# Esta tarjeta grafica es reparable?



## ivanduma (Ene 30, 2010)

Bueno, hola a todos, quería saber si estos daños en una nvidia GTX295 son reparables y si sabríais decirme que tipo de componentes son, ciertamente son diminutos, y si es creéis que es posible encontrarlos.

os dejo fotos ampliadas mediante un "cuentahilos" y el macro de la camara:

















Saludos, y gracias de antemano.


----------



## Tacatomon (Ene 30, 2010)

Todo en la vida se puede reparar. Ahora, en tu caso, necesitas saber en primera si lo que estaba ahí era una bobina, resistor o capacitor SMD. Luego de eso identificar el valor que tenía el componente. Más o menos necesitarías una tarjeta de el mismo modelo que la tuya.

Pero, por lo regular si un componente se quemo es por que otro está en mal estado.

Saludos!!!


----------



## kaká_2008 (Ene 30, 2010)

compadre que targetita que tenes...que le paso?la mordio tu perro?ja...
la veo muy dificil a que la puedas reparar porque en una de las fotos se ve que las pistas estan rotas..se te va a hacer bastante complicado repararla y como dice Tacatomon tenes que saber que componentes van ahi...
saludos y suerte!


----------



## MVB (Ene 30, 2010)

GTX295


----------



## ivanduma (Ene 30, 2010)

Ese es el problema, que no se que tipo de componentes son? en principio los que faltan son del mismo tipo y tamaño de los que hay al lado y son rectangulares, como es posible averiguar si son resistor, capacitor o bobinas, aun teniendo una tarjeta del mismo tipo? 

Debería tener algún tipo de diagrama técnico o algo parecido que creo debe ser muy muy difícil de conseguir no?

Todos mis problemas vienen de haber montado y desmontado un bloque de cobre para refrigerar la grafica mediante agua, y no haberlo hecho bien, soy un manazas 

Al tratarse de microcircuiteria que tipo de soldador se necesitaría?

Saludos y gracias por vuestras repuestas.


----------



## Ferny (Ene 30, 2010)

Tienen toda la pinta de ser condensadores, yo desoldaría un par de ellos y los mediría, casi seguro que sean iguales, en principio podrías suponer que los que hay al lado son de la misma capacidad, pues sin un esquema o una gráfica igual no puedes trabajar salvo con suposiciones...
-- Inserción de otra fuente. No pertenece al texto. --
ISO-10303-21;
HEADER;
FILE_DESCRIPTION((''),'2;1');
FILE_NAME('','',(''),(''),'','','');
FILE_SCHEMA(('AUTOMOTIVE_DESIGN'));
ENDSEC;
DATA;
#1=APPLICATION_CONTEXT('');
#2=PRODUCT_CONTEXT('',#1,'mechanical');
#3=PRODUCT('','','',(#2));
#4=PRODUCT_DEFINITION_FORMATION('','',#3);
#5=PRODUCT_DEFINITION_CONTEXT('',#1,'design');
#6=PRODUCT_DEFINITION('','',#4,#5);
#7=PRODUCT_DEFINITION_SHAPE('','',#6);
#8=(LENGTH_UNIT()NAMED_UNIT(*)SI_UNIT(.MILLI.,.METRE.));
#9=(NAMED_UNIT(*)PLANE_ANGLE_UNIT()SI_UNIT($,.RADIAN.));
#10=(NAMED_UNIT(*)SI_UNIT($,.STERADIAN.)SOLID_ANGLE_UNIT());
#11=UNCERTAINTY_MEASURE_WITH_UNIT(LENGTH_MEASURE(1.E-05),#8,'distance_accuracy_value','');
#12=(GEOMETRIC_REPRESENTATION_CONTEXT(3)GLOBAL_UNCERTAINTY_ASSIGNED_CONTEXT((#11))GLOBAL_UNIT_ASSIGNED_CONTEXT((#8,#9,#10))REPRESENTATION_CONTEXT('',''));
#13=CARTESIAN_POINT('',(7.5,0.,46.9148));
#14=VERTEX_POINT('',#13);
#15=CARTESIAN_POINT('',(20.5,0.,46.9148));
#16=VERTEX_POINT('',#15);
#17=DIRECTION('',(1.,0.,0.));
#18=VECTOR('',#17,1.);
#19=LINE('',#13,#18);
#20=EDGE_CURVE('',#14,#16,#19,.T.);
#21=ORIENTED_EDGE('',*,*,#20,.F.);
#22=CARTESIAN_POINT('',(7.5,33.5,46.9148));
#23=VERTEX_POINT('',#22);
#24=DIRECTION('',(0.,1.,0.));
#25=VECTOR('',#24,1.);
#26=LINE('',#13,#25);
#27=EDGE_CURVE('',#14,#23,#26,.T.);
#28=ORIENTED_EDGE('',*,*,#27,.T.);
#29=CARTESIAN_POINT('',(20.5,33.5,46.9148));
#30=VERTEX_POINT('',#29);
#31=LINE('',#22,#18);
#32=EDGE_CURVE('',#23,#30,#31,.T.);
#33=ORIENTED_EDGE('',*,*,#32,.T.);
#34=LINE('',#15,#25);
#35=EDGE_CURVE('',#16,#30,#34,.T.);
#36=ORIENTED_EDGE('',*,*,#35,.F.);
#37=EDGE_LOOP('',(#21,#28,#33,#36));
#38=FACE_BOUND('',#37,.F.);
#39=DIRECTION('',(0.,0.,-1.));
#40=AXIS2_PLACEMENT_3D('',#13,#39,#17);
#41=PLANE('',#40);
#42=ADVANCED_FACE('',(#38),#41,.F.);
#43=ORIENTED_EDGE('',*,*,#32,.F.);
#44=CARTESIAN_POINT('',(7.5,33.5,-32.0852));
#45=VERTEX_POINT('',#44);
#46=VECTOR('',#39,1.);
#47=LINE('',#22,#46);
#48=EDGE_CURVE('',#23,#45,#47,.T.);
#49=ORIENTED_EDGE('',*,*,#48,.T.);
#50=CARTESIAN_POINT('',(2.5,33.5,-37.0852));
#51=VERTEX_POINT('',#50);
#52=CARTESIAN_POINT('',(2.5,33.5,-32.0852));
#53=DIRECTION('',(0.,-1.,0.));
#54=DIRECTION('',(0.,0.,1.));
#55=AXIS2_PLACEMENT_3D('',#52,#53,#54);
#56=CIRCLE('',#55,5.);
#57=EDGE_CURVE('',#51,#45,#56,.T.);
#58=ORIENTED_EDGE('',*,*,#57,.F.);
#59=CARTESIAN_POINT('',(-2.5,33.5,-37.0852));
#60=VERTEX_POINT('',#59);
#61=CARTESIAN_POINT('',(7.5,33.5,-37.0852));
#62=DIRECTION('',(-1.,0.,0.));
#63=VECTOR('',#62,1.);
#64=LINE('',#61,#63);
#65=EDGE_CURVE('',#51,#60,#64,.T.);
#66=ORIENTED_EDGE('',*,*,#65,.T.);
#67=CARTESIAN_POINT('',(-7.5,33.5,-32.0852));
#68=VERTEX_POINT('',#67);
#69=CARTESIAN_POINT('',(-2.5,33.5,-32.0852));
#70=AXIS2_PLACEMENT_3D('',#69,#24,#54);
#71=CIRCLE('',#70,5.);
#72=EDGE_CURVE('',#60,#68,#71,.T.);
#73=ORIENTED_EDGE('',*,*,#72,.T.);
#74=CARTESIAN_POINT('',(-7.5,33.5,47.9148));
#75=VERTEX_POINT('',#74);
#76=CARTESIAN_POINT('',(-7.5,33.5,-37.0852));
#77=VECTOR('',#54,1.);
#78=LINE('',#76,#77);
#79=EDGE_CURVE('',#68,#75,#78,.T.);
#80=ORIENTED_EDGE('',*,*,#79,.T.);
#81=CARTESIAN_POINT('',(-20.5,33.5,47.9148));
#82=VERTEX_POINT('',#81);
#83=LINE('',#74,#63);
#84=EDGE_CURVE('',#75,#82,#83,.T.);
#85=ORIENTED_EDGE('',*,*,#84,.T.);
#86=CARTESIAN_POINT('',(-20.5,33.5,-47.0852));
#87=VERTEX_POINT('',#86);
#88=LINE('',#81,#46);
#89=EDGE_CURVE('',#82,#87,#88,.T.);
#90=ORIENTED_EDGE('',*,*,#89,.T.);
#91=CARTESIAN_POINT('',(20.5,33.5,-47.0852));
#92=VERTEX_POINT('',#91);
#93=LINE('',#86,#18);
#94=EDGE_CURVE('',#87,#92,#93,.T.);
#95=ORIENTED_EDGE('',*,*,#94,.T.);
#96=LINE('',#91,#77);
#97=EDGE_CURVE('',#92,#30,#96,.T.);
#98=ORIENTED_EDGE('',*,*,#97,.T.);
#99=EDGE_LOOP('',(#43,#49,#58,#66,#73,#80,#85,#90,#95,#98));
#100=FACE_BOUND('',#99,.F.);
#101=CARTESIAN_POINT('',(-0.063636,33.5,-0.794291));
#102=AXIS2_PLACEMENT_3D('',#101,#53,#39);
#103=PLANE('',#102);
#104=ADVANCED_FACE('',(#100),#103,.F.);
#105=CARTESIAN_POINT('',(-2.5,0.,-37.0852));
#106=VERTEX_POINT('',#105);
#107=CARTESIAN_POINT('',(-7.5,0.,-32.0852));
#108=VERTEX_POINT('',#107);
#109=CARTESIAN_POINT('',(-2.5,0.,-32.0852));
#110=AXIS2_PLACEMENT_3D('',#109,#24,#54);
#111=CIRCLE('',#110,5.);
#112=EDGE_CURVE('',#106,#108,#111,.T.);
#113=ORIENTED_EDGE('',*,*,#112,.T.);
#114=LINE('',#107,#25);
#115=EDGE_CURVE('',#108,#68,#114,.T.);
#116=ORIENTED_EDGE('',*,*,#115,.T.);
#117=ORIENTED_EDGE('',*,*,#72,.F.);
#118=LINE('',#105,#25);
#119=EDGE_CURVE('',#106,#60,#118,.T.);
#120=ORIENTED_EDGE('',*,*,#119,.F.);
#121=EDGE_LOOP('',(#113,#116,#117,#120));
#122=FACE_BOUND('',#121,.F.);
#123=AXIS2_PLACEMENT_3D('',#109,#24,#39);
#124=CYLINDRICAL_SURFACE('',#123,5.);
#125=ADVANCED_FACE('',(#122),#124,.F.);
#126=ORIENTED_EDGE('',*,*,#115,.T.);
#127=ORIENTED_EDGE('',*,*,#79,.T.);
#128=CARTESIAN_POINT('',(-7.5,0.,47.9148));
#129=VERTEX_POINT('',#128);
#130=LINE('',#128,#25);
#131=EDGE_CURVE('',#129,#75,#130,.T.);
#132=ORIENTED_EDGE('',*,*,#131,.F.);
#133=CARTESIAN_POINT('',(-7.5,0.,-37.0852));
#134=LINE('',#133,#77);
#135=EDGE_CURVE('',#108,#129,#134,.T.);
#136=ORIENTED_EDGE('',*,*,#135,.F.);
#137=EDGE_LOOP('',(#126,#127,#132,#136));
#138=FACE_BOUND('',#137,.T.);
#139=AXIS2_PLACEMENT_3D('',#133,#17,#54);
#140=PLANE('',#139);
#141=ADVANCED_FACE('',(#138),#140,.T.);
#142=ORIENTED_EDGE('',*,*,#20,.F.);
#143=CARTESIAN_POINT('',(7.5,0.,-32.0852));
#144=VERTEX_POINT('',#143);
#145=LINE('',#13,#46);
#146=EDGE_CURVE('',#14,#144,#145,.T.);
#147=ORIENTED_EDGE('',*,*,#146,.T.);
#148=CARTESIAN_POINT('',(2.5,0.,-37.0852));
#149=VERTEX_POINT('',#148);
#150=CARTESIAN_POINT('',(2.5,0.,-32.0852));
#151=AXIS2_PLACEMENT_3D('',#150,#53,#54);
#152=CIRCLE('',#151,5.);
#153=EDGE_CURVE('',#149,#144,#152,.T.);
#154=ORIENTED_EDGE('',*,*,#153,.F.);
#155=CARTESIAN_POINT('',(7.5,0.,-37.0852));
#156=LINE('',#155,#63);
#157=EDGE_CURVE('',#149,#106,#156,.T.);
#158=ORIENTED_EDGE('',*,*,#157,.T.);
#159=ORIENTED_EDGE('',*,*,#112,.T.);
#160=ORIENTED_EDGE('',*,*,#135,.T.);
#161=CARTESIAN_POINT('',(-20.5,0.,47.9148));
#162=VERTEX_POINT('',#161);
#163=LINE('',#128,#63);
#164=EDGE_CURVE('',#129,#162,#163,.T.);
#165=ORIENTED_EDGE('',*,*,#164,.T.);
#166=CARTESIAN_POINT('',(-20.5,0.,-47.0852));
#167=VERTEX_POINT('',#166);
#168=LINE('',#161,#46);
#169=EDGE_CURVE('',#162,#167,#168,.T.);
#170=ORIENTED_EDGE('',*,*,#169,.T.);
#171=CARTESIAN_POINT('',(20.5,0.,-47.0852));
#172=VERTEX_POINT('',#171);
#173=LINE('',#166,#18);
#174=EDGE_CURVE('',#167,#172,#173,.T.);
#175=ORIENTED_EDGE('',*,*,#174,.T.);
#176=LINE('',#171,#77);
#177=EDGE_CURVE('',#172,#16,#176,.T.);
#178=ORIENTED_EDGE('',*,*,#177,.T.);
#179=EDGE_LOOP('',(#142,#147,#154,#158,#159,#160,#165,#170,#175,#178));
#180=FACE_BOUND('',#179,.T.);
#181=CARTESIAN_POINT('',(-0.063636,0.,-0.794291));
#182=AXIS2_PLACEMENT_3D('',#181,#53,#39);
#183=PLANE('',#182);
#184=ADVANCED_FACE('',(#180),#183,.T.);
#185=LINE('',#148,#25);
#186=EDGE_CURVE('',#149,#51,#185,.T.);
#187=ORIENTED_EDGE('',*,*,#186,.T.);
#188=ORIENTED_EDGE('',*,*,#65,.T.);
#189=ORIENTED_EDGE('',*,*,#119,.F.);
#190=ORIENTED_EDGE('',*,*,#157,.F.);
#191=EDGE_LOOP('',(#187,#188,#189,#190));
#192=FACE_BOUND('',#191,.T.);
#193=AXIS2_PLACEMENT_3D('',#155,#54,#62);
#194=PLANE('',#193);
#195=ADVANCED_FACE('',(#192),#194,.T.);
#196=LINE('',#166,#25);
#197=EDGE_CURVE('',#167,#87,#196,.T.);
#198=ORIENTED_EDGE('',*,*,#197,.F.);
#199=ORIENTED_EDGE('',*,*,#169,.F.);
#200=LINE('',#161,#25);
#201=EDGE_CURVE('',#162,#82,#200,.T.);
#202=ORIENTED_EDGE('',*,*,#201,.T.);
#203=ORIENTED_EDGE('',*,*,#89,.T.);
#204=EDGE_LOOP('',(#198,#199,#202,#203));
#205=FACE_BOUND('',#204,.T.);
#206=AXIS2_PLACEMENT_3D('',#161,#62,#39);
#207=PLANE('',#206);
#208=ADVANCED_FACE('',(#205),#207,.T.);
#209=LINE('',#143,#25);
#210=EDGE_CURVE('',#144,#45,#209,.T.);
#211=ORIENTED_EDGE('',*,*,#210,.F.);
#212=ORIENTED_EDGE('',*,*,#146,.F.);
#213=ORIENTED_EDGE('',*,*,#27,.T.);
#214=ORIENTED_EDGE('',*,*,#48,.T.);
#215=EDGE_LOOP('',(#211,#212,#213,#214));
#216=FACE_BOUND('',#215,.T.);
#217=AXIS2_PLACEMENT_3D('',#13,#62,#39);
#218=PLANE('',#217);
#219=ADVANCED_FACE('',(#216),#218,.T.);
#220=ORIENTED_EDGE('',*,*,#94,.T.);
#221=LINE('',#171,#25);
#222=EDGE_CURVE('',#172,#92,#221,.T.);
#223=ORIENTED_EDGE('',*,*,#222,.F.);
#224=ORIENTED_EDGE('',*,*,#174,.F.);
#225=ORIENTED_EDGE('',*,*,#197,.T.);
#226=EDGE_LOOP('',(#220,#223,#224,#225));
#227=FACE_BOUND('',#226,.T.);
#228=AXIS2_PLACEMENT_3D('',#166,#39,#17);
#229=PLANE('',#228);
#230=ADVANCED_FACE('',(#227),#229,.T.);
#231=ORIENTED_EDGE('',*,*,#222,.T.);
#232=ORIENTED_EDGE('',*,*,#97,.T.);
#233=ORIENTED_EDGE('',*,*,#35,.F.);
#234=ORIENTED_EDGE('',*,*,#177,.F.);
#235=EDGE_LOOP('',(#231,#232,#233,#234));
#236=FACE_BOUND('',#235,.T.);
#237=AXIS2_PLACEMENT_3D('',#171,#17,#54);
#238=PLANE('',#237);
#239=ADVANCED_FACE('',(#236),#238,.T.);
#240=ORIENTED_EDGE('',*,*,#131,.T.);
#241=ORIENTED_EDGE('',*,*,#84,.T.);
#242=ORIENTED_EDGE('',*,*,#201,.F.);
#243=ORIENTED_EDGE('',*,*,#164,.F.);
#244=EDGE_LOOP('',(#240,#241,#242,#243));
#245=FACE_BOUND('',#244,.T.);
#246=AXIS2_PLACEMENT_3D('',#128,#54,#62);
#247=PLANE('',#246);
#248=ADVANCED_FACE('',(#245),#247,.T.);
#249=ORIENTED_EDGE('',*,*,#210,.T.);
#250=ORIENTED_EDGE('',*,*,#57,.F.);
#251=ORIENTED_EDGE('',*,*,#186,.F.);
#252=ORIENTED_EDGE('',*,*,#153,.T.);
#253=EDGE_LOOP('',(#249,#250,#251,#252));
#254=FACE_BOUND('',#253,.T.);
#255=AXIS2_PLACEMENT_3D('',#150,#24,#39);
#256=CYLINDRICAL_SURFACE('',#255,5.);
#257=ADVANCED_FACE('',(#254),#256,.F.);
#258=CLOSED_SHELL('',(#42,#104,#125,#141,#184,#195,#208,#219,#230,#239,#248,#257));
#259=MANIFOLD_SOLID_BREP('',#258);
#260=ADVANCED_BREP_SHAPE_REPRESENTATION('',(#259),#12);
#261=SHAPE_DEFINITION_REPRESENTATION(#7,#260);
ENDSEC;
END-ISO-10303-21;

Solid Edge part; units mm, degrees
sketch "Sketch1" plane through (0, 0, 0) normal (0, -1, 0) x (1, 0, 0)
  line L0 (7.5, -37.0852) -> (-7.5, -37.0852)
  line L1 (-7.5, -37.0852) -> (-7.5, 47.9148)
  line L2 (-7.5, 47.9148) -> (-20.5, 47.9148)
  line L3 (-20.5, 47.9148) -> (-20.5, -47.0852)
  line L4 (-20.5, -47.0852) -> (20.5, -47.0852)
  line L5 (20.5, -47.0852) -> (20.5, 46.9148)
  line L6 (7.5, 46.9148) -> (20.5, 46.9148)
  line L7 (7.5, 46.9148) -> (7.5, -37.0852)
extrude "Protrusion1" add sketch "Sketch1" against normal blind 33.5
fillet "Round1" radius 5 2 edges at (7.5, 16.75, -37.0852) (-7.5, 16.75, -37.0852)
Soldador, uno de baja potencia y punta fina, yo sueldo esos condensadores con un soldador JBC de 11W y punta redonda de 1mm de diámetro para que te hagas una idea.

En la tercera foto se ven unas bolas de estaño bastante grandes, imagino que no estaban antes ¿no? Pues a quitarlas.

En la segunda foto parece que faltan algunos pad que se habrán arrancado, a ver si puedes ver una forma de soldar ahí ya que en la foto no se aprecia... incluso "rascando" con un cutter el barniz del PCB para dejar al aire la pista y soldar sobre ella, si lo ves necesario y realizable...

Suerte


----------



## ibdali (Ene 30, 2010)

che, pedazo de tarjeta!!!!!!!!!!!!!!!!!!!!!!!!!!!!!!!!!!!!!!!!!, una lastima!!!!!!!!!!!!!!!!!!!!!
no tengo ni la mas p....... idea de que componente son, pero::

a un amigo le paso con una ATI, y se comunico con la fabrica y se las envió, como era una falla de la placa le dieron una nueva.

El tema que tiene que haber fallado sola,* no por mal uso*.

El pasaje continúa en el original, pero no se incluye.